La Austríada (1584) fue alabada por autores contemporáneos como Luis de Góngora o Miguel de Cervantes. En sus primeros dieciocho cantos se limita a versificar la Historia de las guerras de Granada de Diego Hurtado de Mendoza, que conoció manuscrita, y en lo que respecta a la batalla de Lepanto dispuso del mismo Juan de Austria como fuente, pero su valor poético no es muy elevado, pese a que el autor empleó diez años en retocarla y pulirla. Frente a otras obras del género, su estilo no se presenta excesivamente deudor de la retórica; lo que más utiliza son anáforassímiles e interrogaciones retóricas, por lo cual se presenta como más accesible al lector que otras obras del género. Sigue fielmente la cronología y se muestra realista y poco deudor de la épica italiana, de la cual sólo toma como modelo a Ludovico Ariosto.
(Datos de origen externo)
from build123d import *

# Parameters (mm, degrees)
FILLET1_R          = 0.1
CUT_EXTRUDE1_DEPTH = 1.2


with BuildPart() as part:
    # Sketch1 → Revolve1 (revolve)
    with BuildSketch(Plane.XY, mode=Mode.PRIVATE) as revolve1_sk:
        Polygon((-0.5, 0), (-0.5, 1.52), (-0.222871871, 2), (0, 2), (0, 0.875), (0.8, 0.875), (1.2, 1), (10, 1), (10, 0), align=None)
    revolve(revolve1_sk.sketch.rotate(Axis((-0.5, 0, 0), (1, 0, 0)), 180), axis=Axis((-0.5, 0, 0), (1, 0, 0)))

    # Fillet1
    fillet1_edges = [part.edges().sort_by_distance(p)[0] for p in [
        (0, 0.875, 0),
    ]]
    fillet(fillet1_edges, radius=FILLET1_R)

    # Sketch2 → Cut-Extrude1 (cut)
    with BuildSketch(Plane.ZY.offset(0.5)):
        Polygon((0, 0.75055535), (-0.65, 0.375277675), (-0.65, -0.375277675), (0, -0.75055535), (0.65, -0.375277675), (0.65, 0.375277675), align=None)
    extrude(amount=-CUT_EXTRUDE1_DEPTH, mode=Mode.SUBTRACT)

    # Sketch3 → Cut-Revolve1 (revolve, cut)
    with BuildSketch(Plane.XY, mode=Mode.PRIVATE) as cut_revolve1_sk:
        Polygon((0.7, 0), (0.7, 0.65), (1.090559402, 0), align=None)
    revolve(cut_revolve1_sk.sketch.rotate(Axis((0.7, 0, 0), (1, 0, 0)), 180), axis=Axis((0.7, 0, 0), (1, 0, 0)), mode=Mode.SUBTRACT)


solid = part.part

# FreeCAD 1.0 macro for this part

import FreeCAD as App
import Part
import Sketcher
Q = App.Units.Quantity


def edges_at(feature, points):
    """Names of the edges that pass closest to the given points."""
    edges = feature.Shape.Edges
    near = lambda p: min(range(len(edges)), key=lambda i: edges[i].distToShape(Part.Vertex(*p))[0])
    return sorted({f"Edge{near(p) + 1}" for p in points})


def add_polygon(sketch, points):
    """Adds a closed chain of lines whose ends are joined by coincident constraints."""
    first, n = sketch.GeometryCount, len(points)
    for a, b in zip(points, points[1:] + points[:1]):
        sketch.addGeometry(Part.LineSegment(App.Vector(*a, 0), App.Vector(*b, 0)), False)
    for i in range(n):
        sketch.addConstraint(Sketcher.Constraint("Coincident", first + i, 2, first + (i + 1) % n, 1))

doc = App.newDocument("Part")
params = doc.addObject("Spreadsheet::Sheet", "Params")
for row, (alias, value) in enumerate([
    ("sketch1_height", "1 mm"),
    ("sketch1_width", "10.5 mm"),
    ("sketch1_width2", "8.8 mm"),
    ("sketch1_width3", "0.8 mm"),
    ("sketch1_height2", "1.52 mm"),
    ("revolution_angle", "360 deg"),
    ("fillet_radius", "0.1 mm"),
    ("pocket1_length", "1.2 mm"),
    ("sketch3_height", "0.65 mm"),
    ("groove_angle", "360 deg"),
], start=1):
    params.set(f"A{row}", alias)
    params.set(f"B{row}", "=" + value)
    params.setAlias(f"B{row}", alias)

body = doc.addObject("PartDesign::Body", "Body")

# Sketch on XY plane
sketch1 = doc.addObject("Sketcher::SketchObject", "Sketch")
body.addObject(sketch1)
sketch1.AttachmentSupport = (doc.XY_Plane, [""])
sketch1.MapMode = "FlatFace"
add_polygon(sketch1, [(-0.5, 1.52), (-0.5, 0), (10, 0), (10, 1), (1.2, 1), (0.8, 0.88), (0, 0.88), (0, 2), (-0.22, 2)])  # lines 0-8
sketch1.addConstraint(Sketcher.Constraint("Vertical", 0))
sketch1.addConstraint(Sketcher.Constraint("Horizontal", 1))
sketch1.addConstraint(Sketcher.Constraint("Vertical", 2))
sketch1.addConstraint(Sketcher.Constraint("Horizontal", 3))
sketch1.addConstraint(Sketcher.Constraint("Horizontal", 5))
sketch1.addConstraint(Sketcher.Constraint("Vertical", 6))
sketch1.addConstraint(Sketcher.Constraint("Horizontal", 7))
sketch1.addConstraint(Sketcher.Constraint("PointOnObject", 0, 2, -1))
sketch1.addConstraint(Sketcher.Constraint("PointOnObject", 5, 2, -2))
sketch1.addConstraint(Sketcher.Constraint("DistanceY", 2, 1, 2, 2, 1.0))
sketch1.addConstraint(Sketcher.Constraint("Angle", 8, Q("-120 deg")))
sketch1.addConstraint(Sketcher.Constraint("DistanceX", 1, 1, 1, 2, 10.5))
sketch1.addConstraint(Sketcher.Constraint("DistanceX", 3, 2, 3, 1, 8.8))
sketch1.addConstraint(Sketcher.Constraint("DistanceX", 5, 2, 5, 1, 0.8))
sketch1.addConstraint(Sketcher.Constraint("DistanceX", -1, 1, 1, 2, 10.0))
sketch1.addConstraint(Sketcher.Constraint("DistanceY", -1, 1, 6, 2, 2.0))
sketch1.addConstraint(Sketcher.Constraint("DistanceY", 0, 2, 0, 1, 1.52))
sketch1.addConstraint(Sketcher.Constraint("DistanceY", 6, 1, 6, 2, 1.125))
sketch1.setExpression("Constraints[18]", "Params.sketch1_height")
sketch1.setExpression("Constraints[20]", "Params.sketch1_width")
sketch1.setExpression("Constraints[21]", "Params.sketch1_width2")
sketch1.setExpression("Constraints[22]", "Params.sketch1_width3")
sketch1.setExpression("Constraints[25]", "Params.sketch1_height2")
revolution = doc.addObject("PartDesign::Revolution", "Revolution")
body.addObject(revolution)
revolution.Profile = sketch1
revolution.ReferenceAxis = (sketch1, ["H_Axis"])
revolution.setExpression("Angle", "Params.revolution_angle")
doc.recompute()

fillet = doc.addObject("PartDesign::Fillet", "Fillet")
body.addObject(fillet)
fillet.Base = (revolution, edges_at(revolution, [(0, 0.875, 0)]))
fillet.setExpression("Radius", "Params.fillet_radius")

# Sketch on YZ plane
sketch2 = doc.addObject("Sketcher::SketchObject", "Sketch001")
body.addObject(sketch2)
sketch2.AttachmentSupport = (doc.YZ_Plane, [""])
sketch2.MapMode = "FlatFace"
sketch2.AttachmentOffset = App.Placement(App.Vector(0, 0, -0.5), App.Rotation())
add_polygon(sketch2, [(0.8, 0), (0.4, -0.7), (-0.4, -0.7), (-0.8, 0), (-0.4, 0.7), (0.4, 0.7)])  # lines 0-5
sketch2.addConstraint(Sketcher.Constraint("Horizontal", 1))
sketch2.addConstraint(Sketcher.Constraint("Horizontal", 4))
sketch2.addConstraint(Sketcher.Constraint("Symmetric", 0, 2, 3, 2, -1, 1))
sketch2.addConstraint(Sketcher.Constraint("Symmetric", 2, 2, 5, 2, -1, 1))
sketch2.addConstraint(Sketcher.Constraint("PointOnObject", 2, 2, -1))
sketch2.addConstraint(Sketcher.Constraint("Parallel", 2, 5))
sketch2.addConstraint(Sketcher.Constraint("Vertical", 1, 2, 3, 2))
sketch2.addConstraint(Sketcher.Constraint("Angle", 0, Q("-120 deg")))
sketch2.addConstraint(Sketcher.Constraint("DistanceY", 1, 2, 3, 2, 1.3))
sketch2.addConstraint(Sketcher.Constraint("DistanceX", 1, 2, 1, 1, 0.750555))
pocket1 = doc.addObject("PartDesign::Pocket", "Pocket")
body.addObject(pocket1)
pocket1.Profile = sketch2
pocket1.setExpression("Length", "Params.pocket1_length")
pocket1.Reversed = True

# Sketch on XY plane
sketch3 = doc.addObject("Sketcher::SketchObject", "Sketch002")
body.addObject(sketch3)
sketch3.AttachmentSupport = (doc.XY_Plane, [""])
sketch3.MapMode = "FlatFace"
add_polygon(sketch3, [(0.7, 0.65), (0.7, 0), (1.09, 0)])  # lines 0-2
sketch3.addConstraint(Sketcher.Constraint("Vertical", 0))
sketch3.addConstraint(Sketcher.Constraint("Horizontal", 1))
sketch3.addConstraint(Sketcher.Constraint("PointOnObject", 0, 2, -1))
sketch3.addConstraint(Sketcher.Constraint("Angle", 2, Q("121 deg")))
sketch3.addConstraint(Sketcher.Constraint("DistanceY", 0, 2, 0, 1, 0.65))
sketch3.addConstraint(Sketcher.Constraint("DistanceX", -1, 1, 0, 2, 0.7))
sketch3.setExpression("Constraints[7]", "Params.sketch3_height")
groove = doc.addObject("PartDesign::Groove", "Groove")
body.addObject(groove)
groove.Profile = sketch3
groove.ReferenceAxis = (sketch3, ["H_Axis"])
groove.setExpression("Angle", "Params.groove_angle")

doc.recompute()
De Toledo salieron Las seiscientas apotegmas (1596) que suponen uno de los primeros ejemplos de literatura epigramática en lengua española: dichos, aforismos, breves y brillantes reflexiones, en las que, además de la sagacidad y sensibilidad de su autor, se encierra la vida cotidiana de una época. Pese al título, consta de 707 apotegmas; sigue como modelo la Floresta española de apothegmas de Melchor de Santa Cruz, aparecida en 1574. Aunque coinciden generalmente en contenido y estilo, la obra de Rufo es más moralista y carece de estructura temática. Es una colección de anécdotas, de influjo erasmista. La obra está escrita con un gran dominio de la lengua y revela en el escritor a alguien muy dotado para el ingenio y la frase aguda.